* _Work required_
Transcribe the lines from the start of the data below through the line with "f 190 189 4", word for word and nothing more.

* _Recorded data_
*** Begin section ***
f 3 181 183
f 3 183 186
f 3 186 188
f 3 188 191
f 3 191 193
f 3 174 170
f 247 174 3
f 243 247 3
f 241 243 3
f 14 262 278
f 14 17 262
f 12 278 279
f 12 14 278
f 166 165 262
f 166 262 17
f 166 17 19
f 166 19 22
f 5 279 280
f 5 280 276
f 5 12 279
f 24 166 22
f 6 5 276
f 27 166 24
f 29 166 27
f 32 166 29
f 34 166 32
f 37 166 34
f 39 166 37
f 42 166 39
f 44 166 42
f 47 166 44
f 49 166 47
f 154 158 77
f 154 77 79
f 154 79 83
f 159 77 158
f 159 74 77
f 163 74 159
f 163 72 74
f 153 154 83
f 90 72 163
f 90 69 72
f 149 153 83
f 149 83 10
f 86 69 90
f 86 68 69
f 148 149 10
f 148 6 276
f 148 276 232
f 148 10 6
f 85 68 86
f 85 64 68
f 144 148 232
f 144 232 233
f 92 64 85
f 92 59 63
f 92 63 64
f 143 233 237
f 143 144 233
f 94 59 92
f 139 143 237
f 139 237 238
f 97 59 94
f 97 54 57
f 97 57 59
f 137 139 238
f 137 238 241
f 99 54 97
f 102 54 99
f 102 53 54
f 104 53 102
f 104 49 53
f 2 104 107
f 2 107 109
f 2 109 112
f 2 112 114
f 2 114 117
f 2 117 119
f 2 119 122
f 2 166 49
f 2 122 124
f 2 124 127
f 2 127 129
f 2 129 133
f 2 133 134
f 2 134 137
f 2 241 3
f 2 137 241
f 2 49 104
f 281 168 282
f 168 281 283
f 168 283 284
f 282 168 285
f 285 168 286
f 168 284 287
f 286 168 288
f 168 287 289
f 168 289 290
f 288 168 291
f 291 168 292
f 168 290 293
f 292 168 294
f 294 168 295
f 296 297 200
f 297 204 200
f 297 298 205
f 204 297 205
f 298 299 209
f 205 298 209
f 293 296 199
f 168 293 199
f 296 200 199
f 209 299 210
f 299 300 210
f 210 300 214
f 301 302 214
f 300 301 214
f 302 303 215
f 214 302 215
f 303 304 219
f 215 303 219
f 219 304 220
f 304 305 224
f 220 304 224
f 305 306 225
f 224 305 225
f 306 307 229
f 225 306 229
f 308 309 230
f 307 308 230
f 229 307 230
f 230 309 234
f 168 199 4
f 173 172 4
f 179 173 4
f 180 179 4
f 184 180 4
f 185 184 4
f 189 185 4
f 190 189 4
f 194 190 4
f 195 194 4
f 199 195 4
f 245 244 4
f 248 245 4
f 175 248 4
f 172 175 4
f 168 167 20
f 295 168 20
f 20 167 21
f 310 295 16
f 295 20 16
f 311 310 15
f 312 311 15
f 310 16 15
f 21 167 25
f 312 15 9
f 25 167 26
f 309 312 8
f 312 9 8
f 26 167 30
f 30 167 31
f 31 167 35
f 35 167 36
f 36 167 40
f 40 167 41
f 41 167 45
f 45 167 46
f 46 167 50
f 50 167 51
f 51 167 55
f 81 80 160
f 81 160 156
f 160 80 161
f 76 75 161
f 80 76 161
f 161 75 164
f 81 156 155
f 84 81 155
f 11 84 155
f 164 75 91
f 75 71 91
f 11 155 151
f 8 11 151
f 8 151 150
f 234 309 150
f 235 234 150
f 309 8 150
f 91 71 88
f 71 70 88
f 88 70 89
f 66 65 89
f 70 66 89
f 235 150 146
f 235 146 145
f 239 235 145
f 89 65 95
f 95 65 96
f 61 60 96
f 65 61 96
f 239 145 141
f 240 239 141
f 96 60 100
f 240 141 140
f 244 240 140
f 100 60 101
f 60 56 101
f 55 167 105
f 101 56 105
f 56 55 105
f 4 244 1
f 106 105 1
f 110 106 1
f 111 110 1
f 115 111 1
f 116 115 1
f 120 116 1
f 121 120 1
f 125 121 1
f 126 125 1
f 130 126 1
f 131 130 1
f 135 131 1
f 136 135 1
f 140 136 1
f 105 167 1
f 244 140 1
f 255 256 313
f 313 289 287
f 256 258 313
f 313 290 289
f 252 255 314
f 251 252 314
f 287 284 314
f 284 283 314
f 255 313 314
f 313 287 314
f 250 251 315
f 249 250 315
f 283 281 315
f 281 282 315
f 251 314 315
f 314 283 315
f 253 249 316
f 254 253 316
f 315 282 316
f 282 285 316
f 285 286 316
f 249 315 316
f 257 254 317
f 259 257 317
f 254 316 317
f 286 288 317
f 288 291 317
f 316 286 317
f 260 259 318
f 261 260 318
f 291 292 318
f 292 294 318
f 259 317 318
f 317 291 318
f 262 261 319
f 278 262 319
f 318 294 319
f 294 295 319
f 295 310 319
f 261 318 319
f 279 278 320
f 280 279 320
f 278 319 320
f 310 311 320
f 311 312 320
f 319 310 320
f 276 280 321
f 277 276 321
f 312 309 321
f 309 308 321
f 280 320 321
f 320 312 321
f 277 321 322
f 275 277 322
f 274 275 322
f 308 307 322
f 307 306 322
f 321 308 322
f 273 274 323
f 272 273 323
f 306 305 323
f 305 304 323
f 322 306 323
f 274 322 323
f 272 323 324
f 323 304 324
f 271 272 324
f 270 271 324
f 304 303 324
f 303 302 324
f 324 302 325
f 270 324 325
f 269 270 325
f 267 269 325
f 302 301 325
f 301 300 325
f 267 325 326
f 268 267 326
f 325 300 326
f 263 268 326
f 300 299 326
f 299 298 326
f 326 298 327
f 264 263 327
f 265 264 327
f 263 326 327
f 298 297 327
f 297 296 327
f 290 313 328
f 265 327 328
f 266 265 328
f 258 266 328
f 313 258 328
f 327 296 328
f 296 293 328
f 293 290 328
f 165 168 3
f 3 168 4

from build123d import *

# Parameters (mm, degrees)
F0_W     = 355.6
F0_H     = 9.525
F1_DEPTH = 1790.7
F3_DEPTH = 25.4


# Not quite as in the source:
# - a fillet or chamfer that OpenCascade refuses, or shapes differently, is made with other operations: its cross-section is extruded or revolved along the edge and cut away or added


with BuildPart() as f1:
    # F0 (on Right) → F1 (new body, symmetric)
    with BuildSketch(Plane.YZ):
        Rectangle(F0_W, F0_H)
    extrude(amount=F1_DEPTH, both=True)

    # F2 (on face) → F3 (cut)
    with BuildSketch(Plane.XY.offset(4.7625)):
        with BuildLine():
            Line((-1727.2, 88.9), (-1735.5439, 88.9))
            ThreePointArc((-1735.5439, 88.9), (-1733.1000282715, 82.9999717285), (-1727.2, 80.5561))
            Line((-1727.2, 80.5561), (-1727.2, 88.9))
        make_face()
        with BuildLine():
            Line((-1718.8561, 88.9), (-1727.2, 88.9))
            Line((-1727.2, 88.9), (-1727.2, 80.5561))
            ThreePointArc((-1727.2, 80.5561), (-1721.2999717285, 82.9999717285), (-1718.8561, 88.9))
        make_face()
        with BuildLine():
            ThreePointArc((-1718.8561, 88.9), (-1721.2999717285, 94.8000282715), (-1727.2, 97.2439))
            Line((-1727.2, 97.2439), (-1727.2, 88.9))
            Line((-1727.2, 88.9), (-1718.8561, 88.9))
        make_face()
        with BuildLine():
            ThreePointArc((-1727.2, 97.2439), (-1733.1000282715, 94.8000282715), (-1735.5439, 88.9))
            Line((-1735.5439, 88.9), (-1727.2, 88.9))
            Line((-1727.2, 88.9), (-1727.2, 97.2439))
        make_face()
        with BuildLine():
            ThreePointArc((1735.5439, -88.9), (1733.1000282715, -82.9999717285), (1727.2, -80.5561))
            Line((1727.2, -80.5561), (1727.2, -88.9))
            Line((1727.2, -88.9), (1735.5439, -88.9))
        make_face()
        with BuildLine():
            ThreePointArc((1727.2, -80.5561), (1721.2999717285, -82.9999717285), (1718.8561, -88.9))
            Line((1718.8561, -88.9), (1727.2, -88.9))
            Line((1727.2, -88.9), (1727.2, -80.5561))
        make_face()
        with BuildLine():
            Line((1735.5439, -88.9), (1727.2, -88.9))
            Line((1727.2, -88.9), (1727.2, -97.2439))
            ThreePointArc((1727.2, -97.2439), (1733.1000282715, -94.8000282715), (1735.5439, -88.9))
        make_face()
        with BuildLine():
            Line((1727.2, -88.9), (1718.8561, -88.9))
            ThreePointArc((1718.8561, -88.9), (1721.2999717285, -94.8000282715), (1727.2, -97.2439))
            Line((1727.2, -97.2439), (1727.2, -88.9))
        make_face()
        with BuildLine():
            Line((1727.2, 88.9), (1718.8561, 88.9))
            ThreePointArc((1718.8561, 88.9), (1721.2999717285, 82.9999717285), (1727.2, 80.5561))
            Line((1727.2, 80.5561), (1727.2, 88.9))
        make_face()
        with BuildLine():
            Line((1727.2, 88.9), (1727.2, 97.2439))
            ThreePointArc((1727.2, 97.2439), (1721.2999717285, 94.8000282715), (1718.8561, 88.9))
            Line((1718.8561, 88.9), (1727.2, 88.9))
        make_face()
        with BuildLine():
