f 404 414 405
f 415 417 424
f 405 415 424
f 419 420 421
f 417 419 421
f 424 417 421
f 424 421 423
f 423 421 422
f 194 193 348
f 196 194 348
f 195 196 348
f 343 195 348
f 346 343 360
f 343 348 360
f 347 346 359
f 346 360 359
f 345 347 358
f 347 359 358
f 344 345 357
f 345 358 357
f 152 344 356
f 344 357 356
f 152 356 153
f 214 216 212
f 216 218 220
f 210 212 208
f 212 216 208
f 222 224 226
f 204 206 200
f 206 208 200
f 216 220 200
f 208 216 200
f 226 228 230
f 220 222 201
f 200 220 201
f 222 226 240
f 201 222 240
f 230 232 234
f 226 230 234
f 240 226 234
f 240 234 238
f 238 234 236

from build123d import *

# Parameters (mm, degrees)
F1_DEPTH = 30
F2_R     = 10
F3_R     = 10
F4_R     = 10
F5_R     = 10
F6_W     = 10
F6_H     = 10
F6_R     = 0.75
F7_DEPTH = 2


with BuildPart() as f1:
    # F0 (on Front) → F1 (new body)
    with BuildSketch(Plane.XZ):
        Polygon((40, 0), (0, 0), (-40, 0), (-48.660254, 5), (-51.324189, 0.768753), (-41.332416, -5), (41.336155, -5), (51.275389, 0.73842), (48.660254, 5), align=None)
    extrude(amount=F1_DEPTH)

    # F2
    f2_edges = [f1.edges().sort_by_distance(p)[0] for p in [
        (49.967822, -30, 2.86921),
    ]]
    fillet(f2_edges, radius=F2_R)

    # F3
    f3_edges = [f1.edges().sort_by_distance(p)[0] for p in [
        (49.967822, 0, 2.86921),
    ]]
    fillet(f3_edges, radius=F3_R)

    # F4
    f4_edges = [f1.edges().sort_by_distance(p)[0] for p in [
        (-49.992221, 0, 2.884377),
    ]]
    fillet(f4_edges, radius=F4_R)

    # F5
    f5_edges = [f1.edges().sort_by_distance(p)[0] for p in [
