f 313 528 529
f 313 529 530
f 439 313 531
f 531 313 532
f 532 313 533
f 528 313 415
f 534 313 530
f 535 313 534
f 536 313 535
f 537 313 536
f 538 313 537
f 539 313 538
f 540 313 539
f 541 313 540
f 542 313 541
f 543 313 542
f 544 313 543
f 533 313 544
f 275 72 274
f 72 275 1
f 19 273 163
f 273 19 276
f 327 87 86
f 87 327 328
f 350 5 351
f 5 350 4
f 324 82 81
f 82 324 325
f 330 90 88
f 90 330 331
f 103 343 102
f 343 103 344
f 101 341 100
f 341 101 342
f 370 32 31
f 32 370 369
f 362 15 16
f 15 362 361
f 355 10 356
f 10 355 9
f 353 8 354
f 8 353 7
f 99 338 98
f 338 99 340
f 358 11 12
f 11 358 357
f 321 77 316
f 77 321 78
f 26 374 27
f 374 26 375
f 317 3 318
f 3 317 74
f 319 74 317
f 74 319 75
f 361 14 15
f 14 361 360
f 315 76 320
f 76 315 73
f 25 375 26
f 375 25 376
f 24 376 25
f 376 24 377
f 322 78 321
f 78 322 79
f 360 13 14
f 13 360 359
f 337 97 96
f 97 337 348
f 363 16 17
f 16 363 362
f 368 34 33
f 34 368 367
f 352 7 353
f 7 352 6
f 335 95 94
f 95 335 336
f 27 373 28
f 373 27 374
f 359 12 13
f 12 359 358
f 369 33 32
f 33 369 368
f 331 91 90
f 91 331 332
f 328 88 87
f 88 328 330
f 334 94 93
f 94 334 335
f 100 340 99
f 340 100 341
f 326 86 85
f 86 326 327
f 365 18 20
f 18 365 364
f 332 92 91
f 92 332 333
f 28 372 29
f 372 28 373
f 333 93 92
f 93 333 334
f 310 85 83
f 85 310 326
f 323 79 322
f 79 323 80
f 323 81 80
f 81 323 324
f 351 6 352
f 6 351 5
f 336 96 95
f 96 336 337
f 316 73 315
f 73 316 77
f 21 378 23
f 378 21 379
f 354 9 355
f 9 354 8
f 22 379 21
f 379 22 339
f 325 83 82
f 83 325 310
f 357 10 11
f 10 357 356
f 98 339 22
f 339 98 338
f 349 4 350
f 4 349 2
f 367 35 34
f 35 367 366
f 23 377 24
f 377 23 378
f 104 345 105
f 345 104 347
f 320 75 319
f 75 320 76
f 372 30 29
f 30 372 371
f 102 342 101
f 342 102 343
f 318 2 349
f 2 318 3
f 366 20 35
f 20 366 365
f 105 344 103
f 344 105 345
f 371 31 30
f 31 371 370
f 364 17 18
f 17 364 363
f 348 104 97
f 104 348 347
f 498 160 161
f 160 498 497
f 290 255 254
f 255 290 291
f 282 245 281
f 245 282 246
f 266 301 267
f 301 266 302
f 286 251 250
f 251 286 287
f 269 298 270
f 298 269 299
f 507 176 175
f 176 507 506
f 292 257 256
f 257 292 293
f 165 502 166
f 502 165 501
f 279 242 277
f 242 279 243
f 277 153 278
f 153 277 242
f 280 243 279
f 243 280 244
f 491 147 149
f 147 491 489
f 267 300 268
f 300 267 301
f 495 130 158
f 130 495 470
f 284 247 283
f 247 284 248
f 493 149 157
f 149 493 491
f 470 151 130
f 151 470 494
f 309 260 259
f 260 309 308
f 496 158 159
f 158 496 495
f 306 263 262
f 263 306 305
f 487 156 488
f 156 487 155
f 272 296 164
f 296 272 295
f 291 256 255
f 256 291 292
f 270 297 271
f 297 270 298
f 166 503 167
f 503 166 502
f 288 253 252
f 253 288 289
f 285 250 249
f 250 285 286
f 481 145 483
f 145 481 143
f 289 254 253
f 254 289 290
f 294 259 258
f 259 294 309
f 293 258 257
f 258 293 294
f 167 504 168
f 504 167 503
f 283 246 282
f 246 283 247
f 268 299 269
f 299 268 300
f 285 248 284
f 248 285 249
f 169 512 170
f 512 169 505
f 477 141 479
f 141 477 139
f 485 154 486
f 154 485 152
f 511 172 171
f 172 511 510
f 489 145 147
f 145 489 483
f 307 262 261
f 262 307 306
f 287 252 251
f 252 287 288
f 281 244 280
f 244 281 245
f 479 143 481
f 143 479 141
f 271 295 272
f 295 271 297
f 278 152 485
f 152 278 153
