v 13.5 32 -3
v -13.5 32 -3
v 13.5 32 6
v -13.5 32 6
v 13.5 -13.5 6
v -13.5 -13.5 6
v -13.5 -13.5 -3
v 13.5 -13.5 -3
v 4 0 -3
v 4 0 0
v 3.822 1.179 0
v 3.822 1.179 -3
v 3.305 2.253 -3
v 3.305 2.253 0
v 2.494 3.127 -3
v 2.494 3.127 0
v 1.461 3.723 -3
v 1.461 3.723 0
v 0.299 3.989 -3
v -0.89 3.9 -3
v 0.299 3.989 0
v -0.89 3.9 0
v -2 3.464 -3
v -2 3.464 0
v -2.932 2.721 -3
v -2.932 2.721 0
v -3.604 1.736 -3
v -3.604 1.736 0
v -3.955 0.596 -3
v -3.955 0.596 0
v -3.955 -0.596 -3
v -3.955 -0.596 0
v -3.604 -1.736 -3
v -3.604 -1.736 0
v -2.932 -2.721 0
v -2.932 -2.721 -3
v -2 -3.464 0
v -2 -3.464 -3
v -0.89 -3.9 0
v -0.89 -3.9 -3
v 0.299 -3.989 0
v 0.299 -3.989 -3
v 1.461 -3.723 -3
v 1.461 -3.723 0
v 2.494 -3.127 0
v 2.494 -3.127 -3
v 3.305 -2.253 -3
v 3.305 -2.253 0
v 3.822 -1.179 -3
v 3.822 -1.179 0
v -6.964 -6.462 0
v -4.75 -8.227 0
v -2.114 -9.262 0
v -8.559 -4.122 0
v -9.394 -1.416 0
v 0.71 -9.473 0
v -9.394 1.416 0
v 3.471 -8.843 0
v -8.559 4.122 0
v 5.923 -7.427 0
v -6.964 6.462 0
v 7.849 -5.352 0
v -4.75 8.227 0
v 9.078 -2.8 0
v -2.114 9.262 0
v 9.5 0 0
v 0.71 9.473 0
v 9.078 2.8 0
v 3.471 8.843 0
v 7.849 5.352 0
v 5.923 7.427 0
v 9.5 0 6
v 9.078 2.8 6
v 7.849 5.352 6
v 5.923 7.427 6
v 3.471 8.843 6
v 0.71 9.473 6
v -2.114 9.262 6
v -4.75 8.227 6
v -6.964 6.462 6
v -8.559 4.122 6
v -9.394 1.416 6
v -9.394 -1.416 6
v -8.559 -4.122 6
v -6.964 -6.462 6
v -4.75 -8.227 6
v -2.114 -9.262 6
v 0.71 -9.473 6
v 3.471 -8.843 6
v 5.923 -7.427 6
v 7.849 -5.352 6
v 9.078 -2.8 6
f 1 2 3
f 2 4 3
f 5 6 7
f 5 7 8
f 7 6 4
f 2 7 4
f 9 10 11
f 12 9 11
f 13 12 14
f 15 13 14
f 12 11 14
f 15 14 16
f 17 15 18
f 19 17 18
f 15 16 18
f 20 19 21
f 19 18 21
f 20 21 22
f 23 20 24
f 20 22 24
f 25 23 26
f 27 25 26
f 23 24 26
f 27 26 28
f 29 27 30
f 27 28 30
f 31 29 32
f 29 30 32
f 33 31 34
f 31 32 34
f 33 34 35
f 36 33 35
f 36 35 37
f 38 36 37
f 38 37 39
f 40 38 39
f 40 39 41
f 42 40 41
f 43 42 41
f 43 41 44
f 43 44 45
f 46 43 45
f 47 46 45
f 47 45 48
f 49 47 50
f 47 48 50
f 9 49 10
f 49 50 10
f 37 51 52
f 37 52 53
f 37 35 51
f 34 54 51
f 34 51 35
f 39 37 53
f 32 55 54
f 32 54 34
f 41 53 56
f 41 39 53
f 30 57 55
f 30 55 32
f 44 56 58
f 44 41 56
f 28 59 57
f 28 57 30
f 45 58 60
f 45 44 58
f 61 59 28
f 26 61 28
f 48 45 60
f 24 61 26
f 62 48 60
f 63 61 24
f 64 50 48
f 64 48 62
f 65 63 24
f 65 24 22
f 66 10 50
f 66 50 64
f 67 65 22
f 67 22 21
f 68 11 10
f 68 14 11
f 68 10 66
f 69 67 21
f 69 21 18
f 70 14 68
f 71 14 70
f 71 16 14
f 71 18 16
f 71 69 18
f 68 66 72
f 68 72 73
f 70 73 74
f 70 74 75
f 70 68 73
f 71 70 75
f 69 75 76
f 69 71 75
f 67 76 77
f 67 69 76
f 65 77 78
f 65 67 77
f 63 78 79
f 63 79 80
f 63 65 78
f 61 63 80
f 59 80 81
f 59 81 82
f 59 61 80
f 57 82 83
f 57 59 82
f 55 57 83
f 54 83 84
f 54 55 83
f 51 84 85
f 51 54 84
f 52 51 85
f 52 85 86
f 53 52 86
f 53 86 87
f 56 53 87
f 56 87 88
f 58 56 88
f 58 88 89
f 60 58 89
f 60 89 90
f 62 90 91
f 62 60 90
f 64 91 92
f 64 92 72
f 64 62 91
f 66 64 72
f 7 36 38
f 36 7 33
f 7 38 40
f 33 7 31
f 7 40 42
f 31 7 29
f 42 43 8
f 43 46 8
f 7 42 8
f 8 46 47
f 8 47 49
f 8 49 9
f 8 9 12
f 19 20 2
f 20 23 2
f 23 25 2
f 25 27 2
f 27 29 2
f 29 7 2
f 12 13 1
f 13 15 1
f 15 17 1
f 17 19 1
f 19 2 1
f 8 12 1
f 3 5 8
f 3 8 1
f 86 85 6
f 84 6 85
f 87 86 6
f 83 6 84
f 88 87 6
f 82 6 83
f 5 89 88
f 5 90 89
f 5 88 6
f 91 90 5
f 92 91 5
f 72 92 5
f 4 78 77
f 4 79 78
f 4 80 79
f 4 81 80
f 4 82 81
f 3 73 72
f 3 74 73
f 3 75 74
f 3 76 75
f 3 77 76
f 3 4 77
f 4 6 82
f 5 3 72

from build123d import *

# Parameters (mm, degrees)
F0_W     = 27
F0_H     = 45.5
F0_R     = 9.5
F1_DEPTH = 6
F0_R_2   = 4
F2_DEPTH = 3


with BuildPart() as f1:
    # F0 (on Top) → F1 (new body)
    with BuildSketch(Plane.XY):
        with Locations((0, 9.25)):
            Rectangle(F0_W, F0_H)
        Circle(F0_R, mode=Mode.SUBTRACT)
    extrude(amount=F1_DEPTH)

    # F0 (on Top) → F2 (join)
    with BuildSketch(Plane.XY):
        with Locations((0, 9.25)):
            Rectangle(F0_W, F0_H)
        Circle(F0_R, mode=Mode.SUBTRACT)
        Circle(F0_R)
        Circle(F0_R_2, mode=Mode.SUBTRACT)
    extrude(amount=-F2_DEPTH)


solid = f1.part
*** End section ***
* _Exercise output_
f 3 181 183
f 3 183 186
f 3 186 188
f 3 188 191
f 3 191 193
f 3 174 170
f 247 174 3
f 243 247 3
f 241 243 3
f 14 262 278
f 14 17 262
f 12 278 279
f 12 14 278
f 166 165 262
f 166 262 17
f 166 17 19
f 166 19 22
f 5 279 280
f 5 280 276
f 5 12 279
f 24 166 22
f 6 5 276
f 27 166 24
f 29 166 27
f 32 166 29
f 34 166 32
f 37 166 34
f 39 166 37
f 42 166 39
f 44 166 42
f 47 166 44
f 49 166 47
f 154 158 77
f 154 77 79
f 154 79 83
f 159 77 158
f 159 74 77
f 163 74 159
f 163 72 74
f 153 154 83
f 90 72 163
f 90 69 72
f 149 153 83
f 149 83 10
f 86 69 90
f 86 68 69
f 148 149 10
f 148 6 276
f 148 276 232
f 148 10 6
f 85 68 86
f 85 64 68
f 144 148 232
f 144 232 233
f 92 64 85
f 92 59 63
f 92 63 64
f 143 233 237
f 143 144 233
f 94 59 92
f 139 143 237
f 139 237 238
f 97 59 94
f 97 54 57
f 97 57 59
f 137 139 238
f 137 238 241
f 99 54 97
f 102 54 99
f 102 53 54
f 104 53 102
f 104 49 53
f 2 104 107
f 2 107 109
f 2 109 112
f 2 112 114
f 2 114 117
f 2 117 119
f 2 119 122
f 2 166 49
f 2 122 124
f 2 124 127
f 2 127 129
f 2 129 133
f 2 133 134
f 2 134 137
f 2 241 3
f 2 137 241
f 2 49 104
f 281 168 282
f 168 281 283
f 168 283 284
f 282 168 285
f 285 168 286
f 168 284 287
f 286 168 288
f 168 287 289
f 168 289 290
f 288 168 291
f 291 168 292
f 168 290 293
f 292 168 294
f 294 168 295
f 296 297 200
f 297 204 200
f 297 298 205
f 204 297 205
f 298 299 209
f 205 298 209
f 293 296 199
f 168 293 199
f 296 200 199
f 209 299 210
f 299 300 210
f 210 300 214
f 301 302 214
f 300 301 214
f 302 303 215
f 214 302 215
f 303 304 219
f 215 303 219
f 219 304 220
f 304 305 224
f 220 304 224
f 305 306 225
f 224 305 225
f 306 307 229
f 225 306 229
f 308 309 230
f 307 308 230
f 229 307 230
f 230 309 234
f 168 199 4
f 173 172 4
f 179 173 4
f 180 179 4
f 184 180 4
f 185 184 4
f 189 185 4
f 190 189 4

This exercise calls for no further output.